■ Your objective ■
Lines from the one containing "add(f1.part)" through the last line of the data are to be repeated word for word, both ends included.

■ Material for this exercise ■
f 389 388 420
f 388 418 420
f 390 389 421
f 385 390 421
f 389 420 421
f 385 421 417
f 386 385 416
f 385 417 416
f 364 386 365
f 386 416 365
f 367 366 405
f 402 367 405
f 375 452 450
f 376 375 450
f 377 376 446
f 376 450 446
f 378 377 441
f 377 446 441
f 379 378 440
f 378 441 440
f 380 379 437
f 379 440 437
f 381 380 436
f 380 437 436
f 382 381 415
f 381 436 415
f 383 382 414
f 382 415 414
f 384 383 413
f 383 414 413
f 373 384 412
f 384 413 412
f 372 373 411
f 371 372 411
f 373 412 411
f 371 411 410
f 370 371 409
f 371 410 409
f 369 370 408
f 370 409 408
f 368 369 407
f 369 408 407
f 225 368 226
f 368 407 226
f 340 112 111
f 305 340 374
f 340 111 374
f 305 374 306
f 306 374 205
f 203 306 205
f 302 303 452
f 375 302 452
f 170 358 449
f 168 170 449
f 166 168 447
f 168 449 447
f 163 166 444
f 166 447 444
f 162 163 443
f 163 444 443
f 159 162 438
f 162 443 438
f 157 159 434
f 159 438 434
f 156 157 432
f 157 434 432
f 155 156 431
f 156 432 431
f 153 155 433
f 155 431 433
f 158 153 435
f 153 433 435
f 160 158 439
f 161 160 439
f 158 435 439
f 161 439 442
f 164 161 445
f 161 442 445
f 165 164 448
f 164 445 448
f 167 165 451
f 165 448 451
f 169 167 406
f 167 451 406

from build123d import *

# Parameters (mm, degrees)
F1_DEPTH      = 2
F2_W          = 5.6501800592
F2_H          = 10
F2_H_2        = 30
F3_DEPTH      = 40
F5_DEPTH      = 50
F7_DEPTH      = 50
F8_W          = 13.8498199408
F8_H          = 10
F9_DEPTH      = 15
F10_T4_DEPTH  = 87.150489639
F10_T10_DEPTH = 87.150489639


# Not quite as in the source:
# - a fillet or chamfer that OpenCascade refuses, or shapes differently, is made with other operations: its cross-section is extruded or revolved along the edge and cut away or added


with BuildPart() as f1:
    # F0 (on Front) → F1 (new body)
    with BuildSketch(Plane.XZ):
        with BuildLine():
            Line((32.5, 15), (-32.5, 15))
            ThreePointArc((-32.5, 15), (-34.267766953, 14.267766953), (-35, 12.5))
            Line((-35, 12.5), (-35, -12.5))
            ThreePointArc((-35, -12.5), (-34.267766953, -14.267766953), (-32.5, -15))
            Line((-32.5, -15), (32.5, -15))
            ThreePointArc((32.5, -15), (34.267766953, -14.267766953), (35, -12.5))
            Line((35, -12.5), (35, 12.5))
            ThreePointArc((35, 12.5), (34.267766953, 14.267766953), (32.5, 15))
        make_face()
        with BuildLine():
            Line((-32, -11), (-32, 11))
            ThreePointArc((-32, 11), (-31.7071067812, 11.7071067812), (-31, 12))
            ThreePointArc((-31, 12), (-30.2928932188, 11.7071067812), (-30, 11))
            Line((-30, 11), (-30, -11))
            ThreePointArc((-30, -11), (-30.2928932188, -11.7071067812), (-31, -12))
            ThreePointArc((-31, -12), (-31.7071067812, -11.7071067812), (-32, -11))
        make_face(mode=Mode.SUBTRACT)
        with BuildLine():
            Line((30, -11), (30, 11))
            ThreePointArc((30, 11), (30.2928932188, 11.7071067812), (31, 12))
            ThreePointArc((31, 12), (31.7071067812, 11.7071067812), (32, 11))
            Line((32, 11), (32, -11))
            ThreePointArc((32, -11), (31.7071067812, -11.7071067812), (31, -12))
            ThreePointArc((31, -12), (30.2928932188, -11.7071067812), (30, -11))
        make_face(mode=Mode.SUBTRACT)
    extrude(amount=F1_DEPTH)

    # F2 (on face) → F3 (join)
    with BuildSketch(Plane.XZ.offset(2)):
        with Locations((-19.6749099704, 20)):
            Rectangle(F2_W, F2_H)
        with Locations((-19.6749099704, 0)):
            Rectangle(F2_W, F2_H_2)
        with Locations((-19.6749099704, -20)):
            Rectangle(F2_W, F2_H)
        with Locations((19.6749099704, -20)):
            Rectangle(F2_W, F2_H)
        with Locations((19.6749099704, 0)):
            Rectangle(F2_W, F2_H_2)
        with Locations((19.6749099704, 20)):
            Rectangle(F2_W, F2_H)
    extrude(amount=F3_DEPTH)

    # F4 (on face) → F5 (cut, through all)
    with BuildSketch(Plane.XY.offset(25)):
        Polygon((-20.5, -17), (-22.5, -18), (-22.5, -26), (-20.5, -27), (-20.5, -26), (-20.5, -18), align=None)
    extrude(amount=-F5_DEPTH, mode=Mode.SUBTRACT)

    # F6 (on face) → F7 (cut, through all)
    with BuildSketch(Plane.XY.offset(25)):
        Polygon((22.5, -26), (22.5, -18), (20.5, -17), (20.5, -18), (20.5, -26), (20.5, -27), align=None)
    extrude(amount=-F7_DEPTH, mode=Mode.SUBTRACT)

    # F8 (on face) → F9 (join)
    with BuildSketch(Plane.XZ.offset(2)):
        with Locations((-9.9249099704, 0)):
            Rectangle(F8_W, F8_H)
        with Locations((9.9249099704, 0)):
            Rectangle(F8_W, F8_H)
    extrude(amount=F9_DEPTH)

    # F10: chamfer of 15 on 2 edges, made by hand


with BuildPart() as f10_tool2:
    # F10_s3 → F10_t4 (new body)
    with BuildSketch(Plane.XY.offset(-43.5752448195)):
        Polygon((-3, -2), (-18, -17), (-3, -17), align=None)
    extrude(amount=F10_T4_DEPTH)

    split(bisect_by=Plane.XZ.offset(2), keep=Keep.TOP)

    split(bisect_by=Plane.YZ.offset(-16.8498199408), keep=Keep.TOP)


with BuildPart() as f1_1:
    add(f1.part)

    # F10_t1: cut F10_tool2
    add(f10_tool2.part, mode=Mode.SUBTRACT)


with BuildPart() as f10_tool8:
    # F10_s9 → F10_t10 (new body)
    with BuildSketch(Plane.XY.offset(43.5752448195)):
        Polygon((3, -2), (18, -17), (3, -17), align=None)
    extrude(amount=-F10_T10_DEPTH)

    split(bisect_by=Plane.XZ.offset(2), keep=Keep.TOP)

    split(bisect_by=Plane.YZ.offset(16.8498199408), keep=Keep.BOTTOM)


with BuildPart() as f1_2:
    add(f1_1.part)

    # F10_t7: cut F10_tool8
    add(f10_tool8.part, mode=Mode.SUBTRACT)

■ Task solution ■
    add(f1.part)

    # F10_t1: cut F10_tool2
    add(f10_tool2.part, mode=Mode.SUBTRACT)


with BuildPart() as f10_tool8:
    # F10_s9 → F10_t10 (new body)
    with BuildSketch(Plane.XY.offset(43.5752448195)):
        Polygon((3, -2), (18, -17), (3, -17), align=None)
    extrude(amount=-F10_T10_DEPTH)

    split(bisect_by=Plane.XZ.offset(2), keep=Keep.TOP)

    split(bisect_by=Plane.YZ.offset(16.8498199408), keep=Keep.BOTTOM)


with BuildPart() as f1_2:
    add(f1_1.part)

    # F10_t7: cut F10_tool8
    add(f10_tool8.part, mode=Mode.SUBTRACT)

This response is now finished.